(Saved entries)
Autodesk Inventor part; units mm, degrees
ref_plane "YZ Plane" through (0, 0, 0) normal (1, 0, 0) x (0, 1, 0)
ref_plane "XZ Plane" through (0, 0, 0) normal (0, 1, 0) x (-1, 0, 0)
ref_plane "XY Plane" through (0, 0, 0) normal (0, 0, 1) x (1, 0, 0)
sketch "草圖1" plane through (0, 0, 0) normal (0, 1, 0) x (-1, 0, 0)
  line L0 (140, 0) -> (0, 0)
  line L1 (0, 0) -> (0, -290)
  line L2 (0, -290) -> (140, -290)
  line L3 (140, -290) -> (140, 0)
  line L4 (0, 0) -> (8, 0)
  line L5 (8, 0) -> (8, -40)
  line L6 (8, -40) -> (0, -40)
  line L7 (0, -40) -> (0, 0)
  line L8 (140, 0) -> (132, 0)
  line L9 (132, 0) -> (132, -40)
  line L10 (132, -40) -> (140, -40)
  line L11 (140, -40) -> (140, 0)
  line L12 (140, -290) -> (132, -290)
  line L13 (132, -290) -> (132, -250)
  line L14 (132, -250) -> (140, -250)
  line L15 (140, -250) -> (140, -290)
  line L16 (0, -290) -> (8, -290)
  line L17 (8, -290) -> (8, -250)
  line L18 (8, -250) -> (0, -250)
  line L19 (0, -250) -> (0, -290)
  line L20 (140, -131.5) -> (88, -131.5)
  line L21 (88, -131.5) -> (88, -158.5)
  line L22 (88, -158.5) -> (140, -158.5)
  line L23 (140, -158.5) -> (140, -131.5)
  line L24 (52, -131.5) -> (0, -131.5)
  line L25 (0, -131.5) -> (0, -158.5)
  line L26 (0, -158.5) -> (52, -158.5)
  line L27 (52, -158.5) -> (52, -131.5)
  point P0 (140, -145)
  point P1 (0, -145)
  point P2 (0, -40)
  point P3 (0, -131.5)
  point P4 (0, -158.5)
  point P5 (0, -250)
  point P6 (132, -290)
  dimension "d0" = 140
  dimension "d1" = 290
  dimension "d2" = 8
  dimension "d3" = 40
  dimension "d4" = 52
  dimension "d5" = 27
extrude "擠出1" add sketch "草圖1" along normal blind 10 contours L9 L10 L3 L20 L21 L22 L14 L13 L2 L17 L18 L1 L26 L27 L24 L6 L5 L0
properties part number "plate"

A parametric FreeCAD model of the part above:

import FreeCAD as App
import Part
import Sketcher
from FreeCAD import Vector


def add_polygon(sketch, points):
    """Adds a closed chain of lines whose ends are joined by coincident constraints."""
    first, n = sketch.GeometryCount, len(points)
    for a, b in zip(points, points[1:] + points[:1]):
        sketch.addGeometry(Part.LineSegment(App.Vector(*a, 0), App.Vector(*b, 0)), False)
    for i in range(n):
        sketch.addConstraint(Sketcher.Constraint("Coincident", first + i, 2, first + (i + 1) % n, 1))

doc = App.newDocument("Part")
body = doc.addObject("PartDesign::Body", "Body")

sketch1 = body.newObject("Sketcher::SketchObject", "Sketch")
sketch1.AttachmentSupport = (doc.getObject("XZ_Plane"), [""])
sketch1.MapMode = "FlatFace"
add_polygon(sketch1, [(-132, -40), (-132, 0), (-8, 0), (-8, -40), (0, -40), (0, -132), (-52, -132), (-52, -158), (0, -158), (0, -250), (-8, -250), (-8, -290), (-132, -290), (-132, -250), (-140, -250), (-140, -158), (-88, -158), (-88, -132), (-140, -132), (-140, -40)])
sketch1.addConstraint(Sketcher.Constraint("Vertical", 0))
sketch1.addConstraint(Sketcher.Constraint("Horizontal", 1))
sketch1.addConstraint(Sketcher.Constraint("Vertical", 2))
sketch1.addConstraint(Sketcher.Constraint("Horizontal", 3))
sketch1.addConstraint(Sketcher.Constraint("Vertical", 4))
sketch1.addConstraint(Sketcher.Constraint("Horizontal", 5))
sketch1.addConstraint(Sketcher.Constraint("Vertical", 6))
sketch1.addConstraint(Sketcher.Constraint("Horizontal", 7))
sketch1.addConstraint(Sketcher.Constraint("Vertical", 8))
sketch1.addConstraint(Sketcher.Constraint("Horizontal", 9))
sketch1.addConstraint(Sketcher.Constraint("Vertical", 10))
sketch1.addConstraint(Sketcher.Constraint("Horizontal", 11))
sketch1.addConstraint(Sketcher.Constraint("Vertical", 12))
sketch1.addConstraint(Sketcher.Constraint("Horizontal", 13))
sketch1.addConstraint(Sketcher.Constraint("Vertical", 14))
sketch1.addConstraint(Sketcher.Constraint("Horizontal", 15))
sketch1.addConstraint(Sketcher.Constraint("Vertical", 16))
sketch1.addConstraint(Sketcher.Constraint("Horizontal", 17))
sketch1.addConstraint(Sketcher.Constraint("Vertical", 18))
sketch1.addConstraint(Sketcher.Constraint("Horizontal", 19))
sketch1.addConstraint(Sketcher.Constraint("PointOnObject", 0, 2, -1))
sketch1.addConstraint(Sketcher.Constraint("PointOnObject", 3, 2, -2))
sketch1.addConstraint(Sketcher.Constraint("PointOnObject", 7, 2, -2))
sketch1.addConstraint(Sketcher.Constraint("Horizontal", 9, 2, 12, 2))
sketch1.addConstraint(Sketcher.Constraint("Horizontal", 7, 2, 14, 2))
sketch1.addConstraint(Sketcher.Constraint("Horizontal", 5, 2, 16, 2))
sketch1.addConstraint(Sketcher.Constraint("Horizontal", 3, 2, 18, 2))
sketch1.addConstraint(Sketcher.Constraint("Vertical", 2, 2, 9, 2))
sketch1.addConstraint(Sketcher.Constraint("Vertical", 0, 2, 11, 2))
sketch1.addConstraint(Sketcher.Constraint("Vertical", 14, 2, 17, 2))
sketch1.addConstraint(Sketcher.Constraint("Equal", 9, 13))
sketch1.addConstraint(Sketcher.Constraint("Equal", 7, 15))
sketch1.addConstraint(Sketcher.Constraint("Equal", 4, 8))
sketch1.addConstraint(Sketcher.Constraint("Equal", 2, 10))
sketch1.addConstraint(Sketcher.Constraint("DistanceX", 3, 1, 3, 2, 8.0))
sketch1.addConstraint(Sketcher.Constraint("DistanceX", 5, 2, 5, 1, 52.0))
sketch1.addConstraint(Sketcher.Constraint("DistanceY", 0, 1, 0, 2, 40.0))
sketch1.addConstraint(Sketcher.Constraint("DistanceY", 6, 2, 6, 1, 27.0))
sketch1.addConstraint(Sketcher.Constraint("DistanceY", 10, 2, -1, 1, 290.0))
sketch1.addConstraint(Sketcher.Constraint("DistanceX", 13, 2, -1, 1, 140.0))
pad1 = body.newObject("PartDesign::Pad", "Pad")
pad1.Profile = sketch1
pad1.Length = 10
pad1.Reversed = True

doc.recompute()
...
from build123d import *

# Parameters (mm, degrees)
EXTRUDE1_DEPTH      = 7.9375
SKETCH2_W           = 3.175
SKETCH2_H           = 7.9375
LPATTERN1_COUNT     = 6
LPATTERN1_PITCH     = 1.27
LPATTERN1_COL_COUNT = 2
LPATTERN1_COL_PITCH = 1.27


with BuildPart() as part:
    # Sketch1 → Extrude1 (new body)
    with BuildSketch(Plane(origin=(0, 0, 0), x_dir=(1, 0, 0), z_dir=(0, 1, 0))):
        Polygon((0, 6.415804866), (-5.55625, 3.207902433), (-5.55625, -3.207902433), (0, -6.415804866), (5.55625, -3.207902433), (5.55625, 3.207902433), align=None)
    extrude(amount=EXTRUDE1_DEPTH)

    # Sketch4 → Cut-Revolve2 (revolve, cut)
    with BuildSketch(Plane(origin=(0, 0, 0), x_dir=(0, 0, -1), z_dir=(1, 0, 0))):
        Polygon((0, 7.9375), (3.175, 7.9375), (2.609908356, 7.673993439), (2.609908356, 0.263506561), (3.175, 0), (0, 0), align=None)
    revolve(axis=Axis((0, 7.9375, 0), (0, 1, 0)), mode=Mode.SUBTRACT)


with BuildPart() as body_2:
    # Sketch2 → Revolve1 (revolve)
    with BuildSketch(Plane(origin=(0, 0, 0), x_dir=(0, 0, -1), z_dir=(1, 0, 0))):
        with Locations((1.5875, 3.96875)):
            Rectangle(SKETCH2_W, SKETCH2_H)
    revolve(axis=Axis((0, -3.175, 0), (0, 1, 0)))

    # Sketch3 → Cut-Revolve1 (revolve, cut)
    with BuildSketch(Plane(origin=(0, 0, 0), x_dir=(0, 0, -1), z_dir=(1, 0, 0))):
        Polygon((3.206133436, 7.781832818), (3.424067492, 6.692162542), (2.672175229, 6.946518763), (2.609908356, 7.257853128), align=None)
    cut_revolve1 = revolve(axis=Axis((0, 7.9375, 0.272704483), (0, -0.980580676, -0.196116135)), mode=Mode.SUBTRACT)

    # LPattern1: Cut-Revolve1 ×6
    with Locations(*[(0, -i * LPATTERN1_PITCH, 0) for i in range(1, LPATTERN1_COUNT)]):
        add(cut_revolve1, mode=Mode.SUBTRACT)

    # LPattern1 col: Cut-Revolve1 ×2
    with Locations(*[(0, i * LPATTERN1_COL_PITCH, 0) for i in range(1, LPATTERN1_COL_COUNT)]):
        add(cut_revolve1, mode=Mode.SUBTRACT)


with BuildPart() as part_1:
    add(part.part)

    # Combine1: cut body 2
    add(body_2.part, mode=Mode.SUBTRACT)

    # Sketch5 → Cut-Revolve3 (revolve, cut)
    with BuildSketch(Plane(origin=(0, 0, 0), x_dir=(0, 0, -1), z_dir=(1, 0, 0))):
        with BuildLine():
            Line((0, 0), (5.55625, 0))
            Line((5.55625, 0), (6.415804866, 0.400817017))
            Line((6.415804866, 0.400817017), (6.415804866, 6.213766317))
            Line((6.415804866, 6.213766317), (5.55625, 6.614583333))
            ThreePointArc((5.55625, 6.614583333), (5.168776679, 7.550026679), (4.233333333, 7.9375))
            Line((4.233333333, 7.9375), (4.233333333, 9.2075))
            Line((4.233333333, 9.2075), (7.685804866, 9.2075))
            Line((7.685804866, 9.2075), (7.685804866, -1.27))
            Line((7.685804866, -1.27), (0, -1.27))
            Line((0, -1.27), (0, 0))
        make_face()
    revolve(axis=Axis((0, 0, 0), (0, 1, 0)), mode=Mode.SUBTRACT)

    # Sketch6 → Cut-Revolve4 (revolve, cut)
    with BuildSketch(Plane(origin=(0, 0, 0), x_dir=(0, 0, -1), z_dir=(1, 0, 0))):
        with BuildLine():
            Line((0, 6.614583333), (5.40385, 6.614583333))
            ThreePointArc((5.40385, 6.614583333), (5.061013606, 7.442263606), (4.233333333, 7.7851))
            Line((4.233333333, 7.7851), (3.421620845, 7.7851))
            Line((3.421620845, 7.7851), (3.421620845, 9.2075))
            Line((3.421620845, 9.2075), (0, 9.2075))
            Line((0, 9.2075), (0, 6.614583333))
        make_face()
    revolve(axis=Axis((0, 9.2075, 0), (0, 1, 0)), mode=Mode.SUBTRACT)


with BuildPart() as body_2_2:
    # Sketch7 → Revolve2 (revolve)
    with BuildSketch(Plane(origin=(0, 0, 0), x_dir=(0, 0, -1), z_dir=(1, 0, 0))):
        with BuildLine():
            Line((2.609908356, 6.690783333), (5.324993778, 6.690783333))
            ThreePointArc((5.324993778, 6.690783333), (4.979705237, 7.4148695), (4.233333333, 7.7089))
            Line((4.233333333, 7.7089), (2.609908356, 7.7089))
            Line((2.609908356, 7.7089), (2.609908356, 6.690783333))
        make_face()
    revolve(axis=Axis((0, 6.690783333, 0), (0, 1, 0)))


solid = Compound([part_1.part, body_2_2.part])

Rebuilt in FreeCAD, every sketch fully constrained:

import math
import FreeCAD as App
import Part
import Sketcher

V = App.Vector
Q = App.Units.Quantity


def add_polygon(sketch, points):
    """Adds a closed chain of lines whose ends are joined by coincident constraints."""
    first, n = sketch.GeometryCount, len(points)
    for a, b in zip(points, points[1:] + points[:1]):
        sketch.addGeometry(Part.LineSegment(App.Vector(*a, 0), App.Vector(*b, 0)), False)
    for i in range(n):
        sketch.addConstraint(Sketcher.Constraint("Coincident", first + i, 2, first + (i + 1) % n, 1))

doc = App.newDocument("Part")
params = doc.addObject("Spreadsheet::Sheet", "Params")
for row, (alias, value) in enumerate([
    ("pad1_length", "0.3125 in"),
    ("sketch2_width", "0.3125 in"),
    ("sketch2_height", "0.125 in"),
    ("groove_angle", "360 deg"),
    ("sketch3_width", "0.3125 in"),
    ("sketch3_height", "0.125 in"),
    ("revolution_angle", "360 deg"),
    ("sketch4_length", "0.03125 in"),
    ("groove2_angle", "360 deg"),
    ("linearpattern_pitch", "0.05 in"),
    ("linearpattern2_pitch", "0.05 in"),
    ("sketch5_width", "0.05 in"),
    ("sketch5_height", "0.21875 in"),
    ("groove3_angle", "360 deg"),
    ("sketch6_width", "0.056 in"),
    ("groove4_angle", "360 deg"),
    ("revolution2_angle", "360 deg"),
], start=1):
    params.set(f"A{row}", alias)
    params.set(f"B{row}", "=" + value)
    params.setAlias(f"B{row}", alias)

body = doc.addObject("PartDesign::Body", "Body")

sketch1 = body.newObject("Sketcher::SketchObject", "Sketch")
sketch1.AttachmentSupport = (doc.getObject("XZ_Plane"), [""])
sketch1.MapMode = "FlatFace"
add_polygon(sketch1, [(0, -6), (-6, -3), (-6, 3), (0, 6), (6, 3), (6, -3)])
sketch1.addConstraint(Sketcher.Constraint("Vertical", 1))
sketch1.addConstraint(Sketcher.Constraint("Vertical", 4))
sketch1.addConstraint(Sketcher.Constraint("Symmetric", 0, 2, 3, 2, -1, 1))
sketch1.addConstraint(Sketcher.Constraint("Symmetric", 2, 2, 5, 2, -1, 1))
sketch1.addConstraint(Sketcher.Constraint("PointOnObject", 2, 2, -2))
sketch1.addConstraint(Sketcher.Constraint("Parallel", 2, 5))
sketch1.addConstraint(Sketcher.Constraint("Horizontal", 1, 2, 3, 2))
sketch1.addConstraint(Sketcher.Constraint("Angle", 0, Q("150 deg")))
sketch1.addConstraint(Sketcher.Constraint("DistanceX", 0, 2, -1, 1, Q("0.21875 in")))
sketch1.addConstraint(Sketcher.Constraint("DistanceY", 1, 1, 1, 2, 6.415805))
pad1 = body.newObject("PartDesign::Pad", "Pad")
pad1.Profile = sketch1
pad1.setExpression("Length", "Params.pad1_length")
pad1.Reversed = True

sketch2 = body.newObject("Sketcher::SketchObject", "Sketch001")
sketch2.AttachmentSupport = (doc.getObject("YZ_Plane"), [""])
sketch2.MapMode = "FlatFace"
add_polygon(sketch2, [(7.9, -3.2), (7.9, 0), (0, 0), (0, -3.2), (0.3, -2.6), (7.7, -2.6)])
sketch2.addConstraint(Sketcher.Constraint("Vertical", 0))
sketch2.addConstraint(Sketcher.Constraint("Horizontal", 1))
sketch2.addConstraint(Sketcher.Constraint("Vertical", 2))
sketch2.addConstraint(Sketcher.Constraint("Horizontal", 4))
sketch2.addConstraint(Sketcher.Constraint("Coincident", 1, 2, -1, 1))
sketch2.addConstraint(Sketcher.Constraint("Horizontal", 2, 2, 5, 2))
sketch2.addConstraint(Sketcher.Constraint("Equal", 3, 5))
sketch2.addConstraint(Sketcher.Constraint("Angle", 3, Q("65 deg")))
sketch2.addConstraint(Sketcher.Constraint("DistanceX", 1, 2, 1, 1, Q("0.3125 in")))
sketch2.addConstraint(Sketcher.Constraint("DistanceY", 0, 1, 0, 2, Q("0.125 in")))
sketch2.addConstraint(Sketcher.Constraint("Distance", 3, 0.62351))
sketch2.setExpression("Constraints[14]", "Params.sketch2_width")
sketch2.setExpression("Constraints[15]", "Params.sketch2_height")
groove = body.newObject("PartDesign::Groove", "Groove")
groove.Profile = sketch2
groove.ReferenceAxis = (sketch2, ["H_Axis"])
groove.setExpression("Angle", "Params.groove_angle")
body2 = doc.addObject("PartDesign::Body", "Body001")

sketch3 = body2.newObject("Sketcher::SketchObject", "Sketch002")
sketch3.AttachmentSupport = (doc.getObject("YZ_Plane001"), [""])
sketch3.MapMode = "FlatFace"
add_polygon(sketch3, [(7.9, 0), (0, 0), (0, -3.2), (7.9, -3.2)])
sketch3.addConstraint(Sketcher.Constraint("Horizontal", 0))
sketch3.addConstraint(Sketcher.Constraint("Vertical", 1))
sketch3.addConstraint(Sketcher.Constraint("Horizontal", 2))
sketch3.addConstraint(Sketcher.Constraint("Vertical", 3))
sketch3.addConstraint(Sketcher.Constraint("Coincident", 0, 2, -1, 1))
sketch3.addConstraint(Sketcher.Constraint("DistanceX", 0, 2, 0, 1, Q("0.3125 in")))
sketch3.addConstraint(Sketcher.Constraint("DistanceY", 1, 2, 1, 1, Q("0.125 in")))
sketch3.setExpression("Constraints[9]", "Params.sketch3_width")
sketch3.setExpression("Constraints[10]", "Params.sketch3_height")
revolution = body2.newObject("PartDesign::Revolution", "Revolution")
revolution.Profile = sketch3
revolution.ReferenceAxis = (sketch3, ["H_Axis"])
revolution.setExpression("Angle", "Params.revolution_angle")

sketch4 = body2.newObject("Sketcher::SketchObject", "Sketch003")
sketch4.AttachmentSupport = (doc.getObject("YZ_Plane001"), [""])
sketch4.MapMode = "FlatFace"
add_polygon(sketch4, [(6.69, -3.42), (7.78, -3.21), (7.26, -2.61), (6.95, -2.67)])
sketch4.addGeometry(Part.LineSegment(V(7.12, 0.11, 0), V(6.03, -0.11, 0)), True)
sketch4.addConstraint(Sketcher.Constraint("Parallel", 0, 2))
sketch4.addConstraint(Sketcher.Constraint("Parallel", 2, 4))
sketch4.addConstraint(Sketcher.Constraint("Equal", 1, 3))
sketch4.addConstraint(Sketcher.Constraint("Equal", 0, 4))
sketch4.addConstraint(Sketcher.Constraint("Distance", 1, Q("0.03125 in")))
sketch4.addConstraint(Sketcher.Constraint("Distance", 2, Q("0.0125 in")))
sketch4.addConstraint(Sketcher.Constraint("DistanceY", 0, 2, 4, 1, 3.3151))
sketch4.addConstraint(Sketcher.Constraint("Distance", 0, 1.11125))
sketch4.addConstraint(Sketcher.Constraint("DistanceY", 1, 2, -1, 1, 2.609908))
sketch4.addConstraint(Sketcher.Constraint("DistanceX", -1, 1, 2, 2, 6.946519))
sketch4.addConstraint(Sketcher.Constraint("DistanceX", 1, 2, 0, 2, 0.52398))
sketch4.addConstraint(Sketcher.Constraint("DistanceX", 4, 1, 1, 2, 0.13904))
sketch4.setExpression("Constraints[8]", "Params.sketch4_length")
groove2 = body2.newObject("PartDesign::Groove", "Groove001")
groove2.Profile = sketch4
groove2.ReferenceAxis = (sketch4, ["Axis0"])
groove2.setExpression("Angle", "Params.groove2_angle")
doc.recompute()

*Exercise description*.
Each line in the entries above, starting at the line with "line L9 (132, 0) -> (132, -40)" and ending at the line with "line L17 (8, -290) -> (8, -250)", is to be printed exactly, and only those lines.

*Your response*.
  line L9 (132, 0) -> (132, -40)
  line L10 (132, -40) -> (140, -40)
  line L11 (140, -40) -> (140, 0)
  line L12 (140, -290) -> (132, -290)
  line L13 (132, -290) -> (132, -250)
  line L14 (132, -250) -> (140, -250)
  line L15 (140, -250) -> (140, -290)
  line L16 (0, -290) -> (8, -290)
  line L17 (8, -290) -> (8, -250)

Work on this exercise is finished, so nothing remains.